Task statement:
Of the lines below, write out exactly those from the line with "f 152 151 60" through the line with "f 127 130 135", both included, and skip the rest.
========
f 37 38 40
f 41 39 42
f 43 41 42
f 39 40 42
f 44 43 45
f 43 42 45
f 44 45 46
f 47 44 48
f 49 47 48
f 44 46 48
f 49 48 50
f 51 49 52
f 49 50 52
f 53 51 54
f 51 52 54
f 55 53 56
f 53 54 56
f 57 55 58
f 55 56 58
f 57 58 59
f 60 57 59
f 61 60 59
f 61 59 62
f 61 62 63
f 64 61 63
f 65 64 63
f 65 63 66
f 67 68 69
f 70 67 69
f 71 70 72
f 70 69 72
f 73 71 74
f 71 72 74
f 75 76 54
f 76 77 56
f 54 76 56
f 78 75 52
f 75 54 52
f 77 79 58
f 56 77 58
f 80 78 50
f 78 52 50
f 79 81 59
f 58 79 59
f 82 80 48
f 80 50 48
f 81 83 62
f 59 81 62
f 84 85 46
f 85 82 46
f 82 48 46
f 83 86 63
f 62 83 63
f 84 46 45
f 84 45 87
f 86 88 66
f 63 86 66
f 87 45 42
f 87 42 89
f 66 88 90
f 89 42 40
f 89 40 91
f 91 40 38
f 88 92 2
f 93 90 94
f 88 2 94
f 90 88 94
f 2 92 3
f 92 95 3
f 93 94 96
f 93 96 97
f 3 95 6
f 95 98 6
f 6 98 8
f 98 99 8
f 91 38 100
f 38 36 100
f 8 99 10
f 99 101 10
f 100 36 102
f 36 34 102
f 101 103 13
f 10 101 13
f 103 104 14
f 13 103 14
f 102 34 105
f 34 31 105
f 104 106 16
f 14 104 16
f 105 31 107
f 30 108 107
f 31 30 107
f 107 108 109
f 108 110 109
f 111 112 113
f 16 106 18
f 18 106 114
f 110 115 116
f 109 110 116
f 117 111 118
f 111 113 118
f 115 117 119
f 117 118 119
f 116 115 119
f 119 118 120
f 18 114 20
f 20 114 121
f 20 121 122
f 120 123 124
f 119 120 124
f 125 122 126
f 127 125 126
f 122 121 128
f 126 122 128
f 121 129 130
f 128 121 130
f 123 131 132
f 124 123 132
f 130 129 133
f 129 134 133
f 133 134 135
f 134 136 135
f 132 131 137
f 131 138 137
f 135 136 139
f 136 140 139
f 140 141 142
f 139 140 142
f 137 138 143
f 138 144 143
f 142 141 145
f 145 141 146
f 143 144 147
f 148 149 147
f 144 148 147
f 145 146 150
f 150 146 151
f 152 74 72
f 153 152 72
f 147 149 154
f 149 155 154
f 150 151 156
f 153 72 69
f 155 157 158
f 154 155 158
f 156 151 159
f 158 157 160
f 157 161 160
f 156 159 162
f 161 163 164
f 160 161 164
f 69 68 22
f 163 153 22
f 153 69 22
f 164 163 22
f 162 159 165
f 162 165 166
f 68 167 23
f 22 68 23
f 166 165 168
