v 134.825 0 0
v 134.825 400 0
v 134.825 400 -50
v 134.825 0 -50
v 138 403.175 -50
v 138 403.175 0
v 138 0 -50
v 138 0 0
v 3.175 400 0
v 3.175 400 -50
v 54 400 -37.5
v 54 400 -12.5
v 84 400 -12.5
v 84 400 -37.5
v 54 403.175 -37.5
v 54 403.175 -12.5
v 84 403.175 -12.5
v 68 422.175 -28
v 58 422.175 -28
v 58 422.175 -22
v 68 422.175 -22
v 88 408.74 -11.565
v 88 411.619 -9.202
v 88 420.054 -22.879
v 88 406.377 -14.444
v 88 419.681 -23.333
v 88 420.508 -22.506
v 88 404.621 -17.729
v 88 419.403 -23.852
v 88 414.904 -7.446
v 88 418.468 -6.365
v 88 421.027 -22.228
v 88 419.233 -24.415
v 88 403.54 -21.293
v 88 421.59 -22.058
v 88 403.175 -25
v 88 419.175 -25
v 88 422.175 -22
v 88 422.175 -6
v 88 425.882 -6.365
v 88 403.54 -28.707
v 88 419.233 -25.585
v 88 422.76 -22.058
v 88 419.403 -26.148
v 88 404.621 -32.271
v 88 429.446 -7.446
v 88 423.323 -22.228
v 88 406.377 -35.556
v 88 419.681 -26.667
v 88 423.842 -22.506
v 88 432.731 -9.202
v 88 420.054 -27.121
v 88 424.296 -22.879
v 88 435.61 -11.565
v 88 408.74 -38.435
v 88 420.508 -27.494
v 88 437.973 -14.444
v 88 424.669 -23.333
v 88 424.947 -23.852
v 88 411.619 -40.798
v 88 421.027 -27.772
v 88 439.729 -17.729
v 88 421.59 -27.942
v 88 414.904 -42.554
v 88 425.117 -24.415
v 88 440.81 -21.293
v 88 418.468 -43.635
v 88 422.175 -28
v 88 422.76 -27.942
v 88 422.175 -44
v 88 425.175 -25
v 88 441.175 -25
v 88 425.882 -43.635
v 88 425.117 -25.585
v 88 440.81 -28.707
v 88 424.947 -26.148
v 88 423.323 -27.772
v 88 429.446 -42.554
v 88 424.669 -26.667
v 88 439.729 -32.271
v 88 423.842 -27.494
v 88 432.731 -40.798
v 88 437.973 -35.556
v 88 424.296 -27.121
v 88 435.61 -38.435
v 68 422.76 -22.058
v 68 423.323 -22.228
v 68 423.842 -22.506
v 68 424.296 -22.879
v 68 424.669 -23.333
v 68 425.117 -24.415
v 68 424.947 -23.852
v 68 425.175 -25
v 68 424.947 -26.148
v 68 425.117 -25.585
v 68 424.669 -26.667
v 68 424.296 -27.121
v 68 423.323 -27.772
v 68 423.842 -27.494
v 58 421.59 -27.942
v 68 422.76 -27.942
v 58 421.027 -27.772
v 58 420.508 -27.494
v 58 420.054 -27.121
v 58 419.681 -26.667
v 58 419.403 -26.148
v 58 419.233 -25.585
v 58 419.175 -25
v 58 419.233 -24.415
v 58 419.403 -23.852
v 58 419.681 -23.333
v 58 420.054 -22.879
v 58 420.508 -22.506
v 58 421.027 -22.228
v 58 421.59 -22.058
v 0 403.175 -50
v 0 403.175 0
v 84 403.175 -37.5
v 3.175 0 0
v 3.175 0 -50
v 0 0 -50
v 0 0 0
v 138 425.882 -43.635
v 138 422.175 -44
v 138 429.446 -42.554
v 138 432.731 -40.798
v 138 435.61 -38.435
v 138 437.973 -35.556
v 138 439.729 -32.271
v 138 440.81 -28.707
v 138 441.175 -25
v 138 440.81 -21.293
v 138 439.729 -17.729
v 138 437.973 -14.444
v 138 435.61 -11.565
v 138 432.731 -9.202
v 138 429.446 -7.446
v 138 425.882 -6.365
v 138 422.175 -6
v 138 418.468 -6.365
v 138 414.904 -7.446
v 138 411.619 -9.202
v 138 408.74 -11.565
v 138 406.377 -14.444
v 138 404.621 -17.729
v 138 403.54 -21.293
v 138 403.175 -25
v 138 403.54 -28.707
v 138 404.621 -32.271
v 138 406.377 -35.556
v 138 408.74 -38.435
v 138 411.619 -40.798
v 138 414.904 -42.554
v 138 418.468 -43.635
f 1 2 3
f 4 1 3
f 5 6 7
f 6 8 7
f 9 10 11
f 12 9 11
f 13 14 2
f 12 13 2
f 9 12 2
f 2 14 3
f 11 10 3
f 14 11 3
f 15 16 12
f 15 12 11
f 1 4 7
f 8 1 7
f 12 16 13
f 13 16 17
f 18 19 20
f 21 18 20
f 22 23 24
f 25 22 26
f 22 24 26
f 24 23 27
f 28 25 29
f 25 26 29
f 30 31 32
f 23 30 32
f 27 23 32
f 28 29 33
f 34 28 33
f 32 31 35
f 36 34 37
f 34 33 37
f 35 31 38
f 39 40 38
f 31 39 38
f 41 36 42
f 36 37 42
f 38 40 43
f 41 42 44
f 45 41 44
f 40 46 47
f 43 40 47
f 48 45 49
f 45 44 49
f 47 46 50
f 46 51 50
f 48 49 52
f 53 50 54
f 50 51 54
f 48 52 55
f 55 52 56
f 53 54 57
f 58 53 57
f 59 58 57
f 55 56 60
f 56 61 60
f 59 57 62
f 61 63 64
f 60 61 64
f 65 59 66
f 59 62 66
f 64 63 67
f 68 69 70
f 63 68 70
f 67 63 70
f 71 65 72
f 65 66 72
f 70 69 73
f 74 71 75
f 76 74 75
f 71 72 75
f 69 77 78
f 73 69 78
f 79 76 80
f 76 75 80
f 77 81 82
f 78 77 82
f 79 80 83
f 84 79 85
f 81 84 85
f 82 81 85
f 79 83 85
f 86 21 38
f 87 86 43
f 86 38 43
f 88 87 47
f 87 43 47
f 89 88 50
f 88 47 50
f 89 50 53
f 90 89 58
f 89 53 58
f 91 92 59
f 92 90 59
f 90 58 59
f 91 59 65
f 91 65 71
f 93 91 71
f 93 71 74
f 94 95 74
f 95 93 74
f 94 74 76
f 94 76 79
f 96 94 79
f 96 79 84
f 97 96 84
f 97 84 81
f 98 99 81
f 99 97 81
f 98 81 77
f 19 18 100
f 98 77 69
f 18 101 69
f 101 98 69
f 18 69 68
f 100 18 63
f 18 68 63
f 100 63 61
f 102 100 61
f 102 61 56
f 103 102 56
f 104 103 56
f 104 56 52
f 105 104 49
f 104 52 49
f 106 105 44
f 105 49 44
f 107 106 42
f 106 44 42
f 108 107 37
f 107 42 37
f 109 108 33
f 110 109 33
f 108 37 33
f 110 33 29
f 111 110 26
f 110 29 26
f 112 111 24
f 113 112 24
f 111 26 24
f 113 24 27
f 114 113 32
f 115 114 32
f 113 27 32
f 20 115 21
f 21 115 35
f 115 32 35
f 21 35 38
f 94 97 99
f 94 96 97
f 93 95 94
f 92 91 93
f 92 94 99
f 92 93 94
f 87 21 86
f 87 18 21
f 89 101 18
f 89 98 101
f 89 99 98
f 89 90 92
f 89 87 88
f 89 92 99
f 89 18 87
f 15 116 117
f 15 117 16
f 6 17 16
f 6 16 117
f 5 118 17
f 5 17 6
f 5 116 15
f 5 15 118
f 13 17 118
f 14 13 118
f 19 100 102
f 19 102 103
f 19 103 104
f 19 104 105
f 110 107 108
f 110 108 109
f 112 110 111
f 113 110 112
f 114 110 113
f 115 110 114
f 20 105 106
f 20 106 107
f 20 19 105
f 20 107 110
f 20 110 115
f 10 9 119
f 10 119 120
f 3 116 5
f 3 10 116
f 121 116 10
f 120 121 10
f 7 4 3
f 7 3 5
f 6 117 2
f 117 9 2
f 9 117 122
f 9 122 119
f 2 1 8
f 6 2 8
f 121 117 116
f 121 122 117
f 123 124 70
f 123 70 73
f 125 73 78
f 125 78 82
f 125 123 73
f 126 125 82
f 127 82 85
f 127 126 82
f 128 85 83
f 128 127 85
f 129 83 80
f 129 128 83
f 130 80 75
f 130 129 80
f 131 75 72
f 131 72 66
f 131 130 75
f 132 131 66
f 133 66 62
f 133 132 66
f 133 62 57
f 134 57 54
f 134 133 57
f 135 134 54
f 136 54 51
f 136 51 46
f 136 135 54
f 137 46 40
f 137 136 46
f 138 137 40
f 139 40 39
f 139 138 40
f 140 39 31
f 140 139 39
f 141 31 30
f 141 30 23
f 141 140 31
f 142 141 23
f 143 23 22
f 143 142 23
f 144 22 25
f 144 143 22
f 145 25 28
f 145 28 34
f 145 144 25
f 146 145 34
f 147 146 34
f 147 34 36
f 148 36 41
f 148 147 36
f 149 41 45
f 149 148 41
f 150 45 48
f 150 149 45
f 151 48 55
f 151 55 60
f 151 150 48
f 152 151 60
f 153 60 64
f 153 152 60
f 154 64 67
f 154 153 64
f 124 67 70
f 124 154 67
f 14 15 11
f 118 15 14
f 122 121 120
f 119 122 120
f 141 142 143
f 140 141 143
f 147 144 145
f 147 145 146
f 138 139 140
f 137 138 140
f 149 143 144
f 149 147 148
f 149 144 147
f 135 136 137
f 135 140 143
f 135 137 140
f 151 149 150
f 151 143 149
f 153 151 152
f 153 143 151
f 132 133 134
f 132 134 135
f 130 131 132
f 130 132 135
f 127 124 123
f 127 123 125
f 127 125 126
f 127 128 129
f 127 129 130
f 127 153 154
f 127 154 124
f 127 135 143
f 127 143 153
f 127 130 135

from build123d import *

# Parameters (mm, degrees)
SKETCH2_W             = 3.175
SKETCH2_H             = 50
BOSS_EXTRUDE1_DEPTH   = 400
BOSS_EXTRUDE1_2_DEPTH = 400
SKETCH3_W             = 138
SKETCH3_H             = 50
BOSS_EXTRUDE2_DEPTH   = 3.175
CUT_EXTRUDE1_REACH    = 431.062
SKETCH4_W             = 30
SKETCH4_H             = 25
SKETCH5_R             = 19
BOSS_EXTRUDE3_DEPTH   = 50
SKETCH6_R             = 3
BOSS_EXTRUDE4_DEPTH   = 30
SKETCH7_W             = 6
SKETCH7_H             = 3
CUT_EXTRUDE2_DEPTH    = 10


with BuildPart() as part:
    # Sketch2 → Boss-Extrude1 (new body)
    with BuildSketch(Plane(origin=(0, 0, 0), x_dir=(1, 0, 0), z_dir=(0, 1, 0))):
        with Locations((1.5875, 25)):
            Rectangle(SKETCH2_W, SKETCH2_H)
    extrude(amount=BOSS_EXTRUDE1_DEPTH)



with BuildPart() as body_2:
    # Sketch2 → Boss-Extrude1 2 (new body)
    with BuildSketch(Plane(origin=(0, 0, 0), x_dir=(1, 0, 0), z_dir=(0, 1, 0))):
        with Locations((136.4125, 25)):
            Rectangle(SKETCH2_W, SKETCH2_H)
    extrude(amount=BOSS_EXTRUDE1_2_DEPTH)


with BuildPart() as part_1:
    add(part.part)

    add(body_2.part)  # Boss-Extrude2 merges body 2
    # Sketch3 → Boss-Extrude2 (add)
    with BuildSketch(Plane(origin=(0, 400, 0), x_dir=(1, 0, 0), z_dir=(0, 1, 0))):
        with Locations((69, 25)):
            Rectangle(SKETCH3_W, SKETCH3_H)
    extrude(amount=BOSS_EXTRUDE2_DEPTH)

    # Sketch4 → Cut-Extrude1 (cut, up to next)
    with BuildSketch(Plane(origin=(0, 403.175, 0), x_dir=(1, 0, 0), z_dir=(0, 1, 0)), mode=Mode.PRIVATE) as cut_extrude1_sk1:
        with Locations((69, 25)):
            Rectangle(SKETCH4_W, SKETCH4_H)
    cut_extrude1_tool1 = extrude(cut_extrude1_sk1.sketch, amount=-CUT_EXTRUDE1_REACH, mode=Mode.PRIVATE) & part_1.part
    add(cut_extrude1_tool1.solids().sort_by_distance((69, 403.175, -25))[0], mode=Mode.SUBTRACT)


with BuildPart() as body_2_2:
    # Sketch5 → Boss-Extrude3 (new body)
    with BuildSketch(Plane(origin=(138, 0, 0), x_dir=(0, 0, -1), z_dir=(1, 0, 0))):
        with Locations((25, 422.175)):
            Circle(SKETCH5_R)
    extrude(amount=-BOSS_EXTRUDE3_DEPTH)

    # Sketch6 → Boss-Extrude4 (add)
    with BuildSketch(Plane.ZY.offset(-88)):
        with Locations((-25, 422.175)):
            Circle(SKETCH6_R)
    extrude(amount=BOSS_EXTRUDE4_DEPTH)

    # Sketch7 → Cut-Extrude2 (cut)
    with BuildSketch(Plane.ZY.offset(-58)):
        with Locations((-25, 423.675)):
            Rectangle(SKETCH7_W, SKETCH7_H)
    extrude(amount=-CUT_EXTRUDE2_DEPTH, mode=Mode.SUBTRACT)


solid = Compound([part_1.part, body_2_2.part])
========
Response area:
f 152 151 60
f 153 60 64
f 153 152 60
f 154 64 67
f 154 153 64
f 124 67 70
f 124 154 67
f 14 15 11
f 118 15 14
f 122 121 120
f 119 122 120
f 141 142 143
f 140 141 143
f 147 144 145
f 147 145 146
f 138 139 140
f 137 138 140
f 149 143 144
f 149 147 148
f 149 144 147
f 135 136 137
f 135 140 143
f 135 137 140
f 151 149 150
f 151 143 149
f 153 151 152
f 153 143 151
f 132 133 134
f 132 134 135
f 130 131 132
f 130 132 135
f 127 124 123
f 127 123 125
f 127 125 126
f 127 128 129
f 127 129 130
f 127 153 154
f 127 154 124
f 127 135 143
f 127 143 153
f 127 130 135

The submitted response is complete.